* **INSTRUCTIONS FOR THE TASK**:
Gather up every line from the entries below that uses the word "hull".

::: SUPPLIED INFORMATION

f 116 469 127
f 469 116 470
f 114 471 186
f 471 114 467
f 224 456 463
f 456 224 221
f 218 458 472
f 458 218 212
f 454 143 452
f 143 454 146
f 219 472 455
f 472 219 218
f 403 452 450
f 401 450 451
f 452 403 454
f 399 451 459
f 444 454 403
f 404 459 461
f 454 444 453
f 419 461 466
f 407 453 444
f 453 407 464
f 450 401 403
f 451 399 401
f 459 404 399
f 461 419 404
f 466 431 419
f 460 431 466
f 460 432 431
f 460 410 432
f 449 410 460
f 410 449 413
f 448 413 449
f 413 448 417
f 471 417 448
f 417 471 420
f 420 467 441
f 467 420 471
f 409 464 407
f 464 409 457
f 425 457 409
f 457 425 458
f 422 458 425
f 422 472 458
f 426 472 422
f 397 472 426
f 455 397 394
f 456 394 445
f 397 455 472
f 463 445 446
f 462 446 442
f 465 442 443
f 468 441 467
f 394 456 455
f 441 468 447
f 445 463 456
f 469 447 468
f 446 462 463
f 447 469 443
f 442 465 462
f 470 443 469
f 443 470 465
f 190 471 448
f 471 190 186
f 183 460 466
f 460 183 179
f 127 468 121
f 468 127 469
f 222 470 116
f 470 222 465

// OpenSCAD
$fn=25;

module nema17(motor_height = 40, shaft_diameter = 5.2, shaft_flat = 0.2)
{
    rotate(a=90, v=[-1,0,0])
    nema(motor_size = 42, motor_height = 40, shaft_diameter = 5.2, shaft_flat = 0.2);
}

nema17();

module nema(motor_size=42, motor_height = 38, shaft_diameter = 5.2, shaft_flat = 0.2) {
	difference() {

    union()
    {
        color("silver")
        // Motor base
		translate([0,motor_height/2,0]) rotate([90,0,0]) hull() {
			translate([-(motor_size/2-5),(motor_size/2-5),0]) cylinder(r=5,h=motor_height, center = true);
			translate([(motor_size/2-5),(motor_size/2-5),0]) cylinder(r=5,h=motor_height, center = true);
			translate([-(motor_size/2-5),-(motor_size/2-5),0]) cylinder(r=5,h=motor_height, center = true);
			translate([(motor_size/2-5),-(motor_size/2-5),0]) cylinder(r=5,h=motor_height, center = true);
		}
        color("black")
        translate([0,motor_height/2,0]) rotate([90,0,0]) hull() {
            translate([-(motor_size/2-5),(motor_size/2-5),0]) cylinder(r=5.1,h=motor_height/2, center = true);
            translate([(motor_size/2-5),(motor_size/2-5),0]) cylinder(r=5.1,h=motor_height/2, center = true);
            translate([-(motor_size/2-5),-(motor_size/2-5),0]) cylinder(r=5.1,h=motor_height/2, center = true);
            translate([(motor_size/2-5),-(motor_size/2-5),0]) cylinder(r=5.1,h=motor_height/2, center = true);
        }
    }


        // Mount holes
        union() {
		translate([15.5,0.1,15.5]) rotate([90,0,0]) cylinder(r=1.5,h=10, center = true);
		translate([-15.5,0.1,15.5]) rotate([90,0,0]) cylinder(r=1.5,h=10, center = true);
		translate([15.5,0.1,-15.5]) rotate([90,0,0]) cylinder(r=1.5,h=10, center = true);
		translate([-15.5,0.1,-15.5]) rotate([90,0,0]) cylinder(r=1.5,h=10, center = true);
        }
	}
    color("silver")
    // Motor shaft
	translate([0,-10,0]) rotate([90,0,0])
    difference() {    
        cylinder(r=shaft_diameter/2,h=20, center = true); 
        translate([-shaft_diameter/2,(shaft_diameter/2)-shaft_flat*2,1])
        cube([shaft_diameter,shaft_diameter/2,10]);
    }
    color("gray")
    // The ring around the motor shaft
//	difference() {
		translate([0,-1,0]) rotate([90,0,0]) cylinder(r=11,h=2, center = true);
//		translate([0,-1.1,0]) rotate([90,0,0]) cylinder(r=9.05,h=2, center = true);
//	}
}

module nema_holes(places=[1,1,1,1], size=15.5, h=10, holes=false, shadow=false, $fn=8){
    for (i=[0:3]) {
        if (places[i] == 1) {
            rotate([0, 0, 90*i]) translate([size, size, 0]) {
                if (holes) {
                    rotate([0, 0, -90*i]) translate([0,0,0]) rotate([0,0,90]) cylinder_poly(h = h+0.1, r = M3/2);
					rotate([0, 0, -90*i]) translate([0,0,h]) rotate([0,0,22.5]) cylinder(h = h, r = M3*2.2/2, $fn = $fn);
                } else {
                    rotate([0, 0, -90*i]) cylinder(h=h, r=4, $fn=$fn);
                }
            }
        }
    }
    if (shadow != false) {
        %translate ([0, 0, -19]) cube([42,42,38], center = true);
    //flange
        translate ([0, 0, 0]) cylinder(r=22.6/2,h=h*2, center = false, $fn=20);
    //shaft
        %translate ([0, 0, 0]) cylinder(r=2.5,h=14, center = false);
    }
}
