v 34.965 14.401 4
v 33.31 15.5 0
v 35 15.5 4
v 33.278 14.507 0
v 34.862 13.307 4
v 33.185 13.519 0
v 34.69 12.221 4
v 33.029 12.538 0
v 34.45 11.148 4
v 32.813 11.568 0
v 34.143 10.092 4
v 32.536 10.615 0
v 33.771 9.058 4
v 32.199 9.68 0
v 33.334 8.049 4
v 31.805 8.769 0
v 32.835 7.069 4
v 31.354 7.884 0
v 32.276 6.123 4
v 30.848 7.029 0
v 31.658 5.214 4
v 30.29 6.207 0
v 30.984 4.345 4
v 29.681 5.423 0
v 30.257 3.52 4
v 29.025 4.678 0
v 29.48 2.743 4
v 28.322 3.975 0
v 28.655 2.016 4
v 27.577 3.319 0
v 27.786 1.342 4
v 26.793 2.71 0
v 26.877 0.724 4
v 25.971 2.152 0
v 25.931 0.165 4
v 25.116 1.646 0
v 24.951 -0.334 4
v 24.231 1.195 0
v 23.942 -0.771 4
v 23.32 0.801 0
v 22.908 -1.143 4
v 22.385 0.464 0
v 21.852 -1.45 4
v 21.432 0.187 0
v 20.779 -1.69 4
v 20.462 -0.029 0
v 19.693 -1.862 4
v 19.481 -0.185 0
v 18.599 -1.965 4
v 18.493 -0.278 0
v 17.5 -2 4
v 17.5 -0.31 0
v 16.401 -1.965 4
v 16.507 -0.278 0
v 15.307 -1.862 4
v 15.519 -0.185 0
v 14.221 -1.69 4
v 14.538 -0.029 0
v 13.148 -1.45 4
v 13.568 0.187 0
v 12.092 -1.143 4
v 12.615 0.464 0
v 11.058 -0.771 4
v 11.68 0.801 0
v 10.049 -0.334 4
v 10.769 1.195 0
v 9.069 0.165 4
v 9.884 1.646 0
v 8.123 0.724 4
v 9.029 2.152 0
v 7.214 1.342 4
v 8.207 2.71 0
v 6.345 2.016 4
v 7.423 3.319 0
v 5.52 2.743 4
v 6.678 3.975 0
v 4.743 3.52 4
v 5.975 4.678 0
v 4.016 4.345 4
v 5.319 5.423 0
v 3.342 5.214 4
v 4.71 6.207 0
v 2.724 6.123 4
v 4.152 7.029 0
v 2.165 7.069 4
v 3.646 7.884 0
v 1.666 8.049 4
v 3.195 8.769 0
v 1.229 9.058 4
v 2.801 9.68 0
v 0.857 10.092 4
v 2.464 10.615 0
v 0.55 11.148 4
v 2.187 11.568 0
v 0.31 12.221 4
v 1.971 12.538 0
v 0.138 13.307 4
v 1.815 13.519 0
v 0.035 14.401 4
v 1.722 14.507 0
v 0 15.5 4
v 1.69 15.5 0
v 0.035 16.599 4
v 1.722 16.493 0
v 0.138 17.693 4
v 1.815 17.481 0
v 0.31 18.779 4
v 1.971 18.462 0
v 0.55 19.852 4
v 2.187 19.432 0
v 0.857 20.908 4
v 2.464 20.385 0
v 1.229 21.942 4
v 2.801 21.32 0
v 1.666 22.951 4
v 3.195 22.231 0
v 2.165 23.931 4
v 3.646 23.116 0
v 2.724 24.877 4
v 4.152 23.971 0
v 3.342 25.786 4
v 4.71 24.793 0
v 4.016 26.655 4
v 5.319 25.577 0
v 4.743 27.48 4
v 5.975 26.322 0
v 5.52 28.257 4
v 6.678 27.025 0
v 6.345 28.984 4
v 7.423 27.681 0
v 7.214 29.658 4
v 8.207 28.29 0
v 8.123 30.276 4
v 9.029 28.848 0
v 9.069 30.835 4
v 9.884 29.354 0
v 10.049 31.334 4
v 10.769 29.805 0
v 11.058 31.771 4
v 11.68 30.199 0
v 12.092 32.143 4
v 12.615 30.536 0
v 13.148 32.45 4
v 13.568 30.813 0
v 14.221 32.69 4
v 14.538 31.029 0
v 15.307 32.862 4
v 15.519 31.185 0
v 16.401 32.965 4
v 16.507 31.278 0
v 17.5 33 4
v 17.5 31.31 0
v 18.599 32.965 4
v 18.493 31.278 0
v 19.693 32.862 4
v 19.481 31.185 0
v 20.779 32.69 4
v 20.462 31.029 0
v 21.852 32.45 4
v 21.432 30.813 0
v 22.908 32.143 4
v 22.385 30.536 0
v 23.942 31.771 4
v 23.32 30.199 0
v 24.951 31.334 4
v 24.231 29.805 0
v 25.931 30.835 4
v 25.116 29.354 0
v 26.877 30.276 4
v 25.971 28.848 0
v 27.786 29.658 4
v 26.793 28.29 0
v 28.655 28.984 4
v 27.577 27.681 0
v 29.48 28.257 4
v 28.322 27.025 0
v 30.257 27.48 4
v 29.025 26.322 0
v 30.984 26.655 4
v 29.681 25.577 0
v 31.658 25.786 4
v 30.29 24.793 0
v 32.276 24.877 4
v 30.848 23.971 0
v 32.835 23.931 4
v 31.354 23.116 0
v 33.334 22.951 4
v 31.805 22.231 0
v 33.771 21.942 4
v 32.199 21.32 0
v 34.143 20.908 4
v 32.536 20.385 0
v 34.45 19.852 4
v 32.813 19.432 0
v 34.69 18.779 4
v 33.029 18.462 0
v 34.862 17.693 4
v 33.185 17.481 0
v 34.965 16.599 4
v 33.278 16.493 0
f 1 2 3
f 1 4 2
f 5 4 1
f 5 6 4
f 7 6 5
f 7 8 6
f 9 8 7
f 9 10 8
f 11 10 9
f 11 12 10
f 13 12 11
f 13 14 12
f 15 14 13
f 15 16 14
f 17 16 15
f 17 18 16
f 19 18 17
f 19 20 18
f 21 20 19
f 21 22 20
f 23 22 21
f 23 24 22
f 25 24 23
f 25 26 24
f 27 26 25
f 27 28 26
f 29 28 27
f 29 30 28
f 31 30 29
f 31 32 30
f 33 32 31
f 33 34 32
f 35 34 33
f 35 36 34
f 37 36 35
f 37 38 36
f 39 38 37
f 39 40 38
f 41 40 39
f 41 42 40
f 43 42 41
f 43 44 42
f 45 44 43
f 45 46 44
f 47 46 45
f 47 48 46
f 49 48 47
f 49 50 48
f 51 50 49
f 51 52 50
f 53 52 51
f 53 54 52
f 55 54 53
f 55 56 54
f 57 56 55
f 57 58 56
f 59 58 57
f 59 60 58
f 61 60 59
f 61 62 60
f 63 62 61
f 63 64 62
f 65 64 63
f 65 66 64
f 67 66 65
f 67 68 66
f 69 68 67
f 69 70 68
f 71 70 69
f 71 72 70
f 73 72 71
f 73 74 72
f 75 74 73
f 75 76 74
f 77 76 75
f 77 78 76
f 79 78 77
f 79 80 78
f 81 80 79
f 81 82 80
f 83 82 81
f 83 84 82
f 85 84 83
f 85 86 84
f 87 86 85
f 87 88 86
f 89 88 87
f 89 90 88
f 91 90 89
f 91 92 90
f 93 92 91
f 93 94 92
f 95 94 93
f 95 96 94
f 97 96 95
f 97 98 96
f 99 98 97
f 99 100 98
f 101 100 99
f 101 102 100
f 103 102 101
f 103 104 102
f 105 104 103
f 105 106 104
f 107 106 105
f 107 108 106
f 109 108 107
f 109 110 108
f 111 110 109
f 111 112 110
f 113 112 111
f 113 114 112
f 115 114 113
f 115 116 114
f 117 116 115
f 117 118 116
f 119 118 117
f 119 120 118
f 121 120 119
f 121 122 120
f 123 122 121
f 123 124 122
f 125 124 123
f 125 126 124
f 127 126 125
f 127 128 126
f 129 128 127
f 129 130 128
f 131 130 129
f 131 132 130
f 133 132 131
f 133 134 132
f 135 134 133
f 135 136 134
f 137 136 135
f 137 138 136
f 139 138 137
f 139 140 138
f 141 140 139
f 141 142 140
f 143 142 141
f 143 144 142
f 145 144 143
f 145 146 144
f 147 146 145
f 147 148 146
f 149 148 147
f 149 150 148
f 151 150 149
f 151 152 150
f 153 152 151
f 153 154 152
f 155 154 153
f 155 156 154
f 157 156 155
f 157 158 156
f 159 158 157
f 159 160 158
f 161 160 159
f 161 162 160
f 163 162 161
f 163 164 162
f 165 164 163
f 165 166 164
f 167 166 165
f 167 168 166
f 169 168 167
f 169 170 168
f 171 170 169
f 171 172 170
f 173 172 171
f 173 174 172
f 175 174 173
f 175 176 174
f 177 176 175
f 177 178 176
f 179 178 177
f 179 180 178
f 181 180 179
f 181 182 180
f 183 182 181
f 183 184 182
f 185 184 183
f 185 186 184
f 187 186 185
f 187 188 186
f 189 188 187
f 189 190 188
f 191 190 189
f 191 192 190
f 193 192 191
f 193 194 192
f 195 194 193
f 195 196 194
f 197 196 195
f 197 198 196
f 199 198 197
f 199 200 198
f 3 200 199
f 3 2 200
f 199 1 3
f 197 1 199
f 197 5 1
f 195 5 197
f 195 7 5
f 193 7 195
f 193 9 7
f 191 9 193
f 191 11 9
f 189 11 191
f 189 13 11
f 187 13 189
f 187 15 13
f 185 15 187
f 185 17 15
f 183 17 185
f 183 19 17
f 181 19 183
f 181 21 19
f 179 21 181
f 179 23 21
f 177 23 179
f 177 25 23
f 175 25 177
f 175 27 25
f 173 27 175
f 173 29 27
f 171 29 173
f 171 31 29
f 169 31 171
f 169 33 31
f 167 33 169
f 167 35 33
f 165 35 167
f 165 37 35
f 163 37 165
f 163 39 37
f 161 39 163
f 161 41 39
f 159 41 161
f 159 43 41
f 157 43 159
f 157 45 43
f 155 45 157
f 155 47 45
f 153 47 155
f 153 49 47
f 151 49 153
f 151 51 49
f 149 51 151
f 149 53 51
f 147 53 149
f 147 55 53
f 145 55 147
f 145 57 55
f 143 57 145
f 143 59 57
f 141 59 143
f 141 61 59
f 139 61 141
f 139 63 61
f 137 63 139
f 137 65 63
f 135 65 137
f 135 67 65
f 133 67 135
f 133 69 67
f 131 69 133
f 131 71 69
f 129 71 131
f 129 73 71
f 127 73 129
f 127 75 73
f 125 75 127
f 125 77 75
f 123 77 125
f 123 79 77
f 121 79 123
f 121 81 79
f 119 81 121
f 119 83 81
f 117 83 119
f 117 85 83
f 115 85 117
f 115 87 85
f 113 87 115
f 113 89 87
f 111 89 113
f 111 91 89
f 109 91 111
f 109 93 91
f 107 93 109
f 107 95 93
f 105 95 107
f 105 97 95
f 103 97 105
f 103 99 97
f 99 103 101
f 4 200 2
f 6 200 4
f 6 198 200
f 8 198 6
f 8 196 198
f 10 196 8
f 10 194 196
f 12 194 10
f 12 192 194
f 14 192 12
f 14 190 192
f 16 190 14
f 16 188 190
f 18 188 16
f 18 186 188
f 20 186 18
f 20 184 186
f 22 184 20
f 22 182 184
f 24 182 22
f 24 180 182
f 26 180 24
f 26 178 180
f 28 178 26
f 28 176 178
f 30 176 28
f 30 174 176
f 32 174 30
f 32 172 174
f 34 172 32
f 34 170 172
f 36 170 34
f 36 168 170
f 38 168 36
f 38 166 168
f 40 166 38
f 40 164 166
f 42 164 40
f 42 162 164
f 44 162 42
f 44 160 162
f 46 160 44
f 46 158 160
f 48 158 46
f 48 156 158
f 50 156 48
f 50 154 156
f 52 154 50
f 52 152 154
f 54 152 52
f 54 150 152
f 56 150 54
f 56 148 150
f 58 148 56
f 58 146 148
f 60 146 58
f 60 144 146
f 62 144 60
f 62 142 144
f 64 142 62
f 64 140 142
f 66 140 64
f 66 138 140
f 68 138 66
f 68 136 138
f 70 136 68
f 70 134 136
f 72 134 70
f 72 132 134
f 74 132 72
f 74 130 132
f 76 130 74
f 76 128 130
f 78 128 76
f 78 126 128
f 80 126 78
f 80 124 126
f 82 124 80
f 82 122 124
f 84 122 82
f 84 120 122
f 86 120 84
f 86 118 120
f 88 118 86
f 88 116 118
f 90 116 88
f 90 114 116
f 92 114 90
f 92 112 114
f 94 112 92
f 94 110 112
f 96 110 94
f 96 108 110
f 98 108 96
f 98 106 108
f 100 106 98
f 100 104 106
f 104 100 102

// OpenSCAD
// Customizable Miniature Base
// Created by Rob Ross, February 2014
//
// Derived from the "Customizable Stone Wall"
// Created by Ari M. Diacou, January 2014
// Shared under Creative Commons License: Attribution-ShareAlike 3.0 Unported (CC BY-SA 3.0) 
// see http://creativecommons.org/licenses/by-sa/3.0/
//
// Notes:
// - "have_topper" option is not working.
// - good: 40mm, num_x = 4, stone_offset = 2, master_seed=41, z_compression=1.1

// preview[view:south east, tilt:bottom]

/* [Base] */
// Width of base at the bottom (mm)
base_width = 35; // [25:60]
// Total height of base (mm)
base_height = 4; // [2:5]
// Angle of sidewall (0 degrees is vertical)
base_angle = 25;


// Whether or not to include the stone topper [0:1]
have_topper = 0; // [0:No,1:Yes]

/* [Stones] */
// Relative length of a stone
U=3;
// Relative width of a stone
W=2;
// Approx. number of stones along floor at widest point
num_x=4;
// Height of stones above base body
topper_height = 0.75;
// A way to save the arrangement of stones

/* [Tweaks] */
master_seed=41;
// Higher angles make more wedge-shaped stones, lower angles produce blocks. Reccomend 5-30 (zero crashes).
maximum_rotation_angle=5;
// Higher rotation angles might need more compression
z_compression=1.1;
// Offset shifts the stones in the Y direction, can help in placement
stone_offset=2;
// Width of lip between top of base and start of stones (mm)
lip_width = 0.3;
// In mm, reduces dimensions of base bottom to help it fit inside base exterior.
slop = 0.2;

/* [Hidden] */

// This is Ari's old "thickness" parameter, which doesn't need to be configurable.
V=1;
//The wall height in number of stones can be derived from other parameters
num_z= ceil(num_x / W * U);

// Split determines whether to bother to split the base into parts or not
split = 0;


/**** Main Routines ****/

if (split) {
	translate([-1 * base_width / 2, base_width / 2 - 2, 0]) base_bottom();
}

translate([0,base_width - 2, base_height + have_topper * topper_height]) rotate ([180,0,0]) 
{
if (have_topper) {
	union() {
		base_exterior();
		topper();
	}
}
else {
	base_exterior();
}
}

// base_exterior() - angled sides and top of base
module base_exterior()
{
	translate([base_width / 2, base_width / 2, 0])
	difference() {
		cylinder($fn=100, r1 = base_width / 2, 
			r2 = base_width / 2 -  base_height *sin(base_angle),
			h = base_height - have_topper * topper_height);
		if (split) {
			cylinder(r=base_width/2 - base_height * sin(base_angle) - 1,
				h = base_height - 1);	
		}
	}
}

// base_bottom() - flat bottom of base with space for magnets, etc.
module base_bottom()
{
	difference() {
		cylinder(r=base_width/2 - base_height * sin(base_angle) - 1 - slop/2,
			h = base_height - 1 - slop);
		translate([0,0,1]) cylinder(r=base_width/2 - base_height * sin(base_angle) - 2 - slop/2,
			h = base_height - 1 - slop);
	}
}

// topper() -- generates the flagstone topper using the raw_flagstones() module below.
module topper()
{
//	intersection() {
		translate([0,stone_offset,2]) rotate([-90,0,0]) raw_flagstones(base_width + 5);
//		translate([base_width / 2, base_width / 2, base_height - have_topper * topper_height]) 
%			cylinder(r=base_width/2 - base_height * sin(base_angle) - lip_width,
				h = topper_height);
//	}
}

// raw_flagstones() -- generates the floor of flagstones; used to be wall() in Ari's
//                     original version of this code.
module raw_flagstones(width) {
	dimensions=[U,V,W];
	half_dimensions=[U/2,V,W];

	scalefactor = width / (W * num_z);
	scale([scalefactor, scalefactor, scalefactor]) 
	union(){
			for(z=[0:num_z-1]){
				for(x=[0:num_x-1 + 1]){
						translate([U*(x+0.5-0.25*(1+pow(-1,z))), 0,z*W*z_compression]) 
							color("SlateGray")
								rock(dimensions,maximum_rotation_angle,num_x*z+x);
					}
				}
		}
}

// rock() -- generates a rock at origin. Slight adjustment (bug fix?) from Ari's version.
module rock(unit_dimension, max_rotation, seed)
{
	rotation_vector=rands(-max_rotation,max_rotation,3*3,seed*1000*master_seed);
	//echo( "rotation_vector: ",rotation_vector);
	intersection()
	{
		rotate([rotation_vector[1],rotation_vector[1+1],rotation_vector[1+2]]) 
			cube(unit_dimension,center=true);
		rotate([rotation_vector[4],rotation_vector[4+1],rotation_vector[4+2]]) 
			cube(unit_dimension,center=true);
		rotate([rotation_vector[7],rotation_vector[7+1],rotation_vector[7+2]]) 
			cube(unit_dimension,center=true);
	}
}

::::::

* **RESPONSE**:
		translate([0,motor_height/2,0]) rotate([90,0,0]) hull() {
        translate([0,motor_height/2,0]) rotate([90,0,0]) hull() {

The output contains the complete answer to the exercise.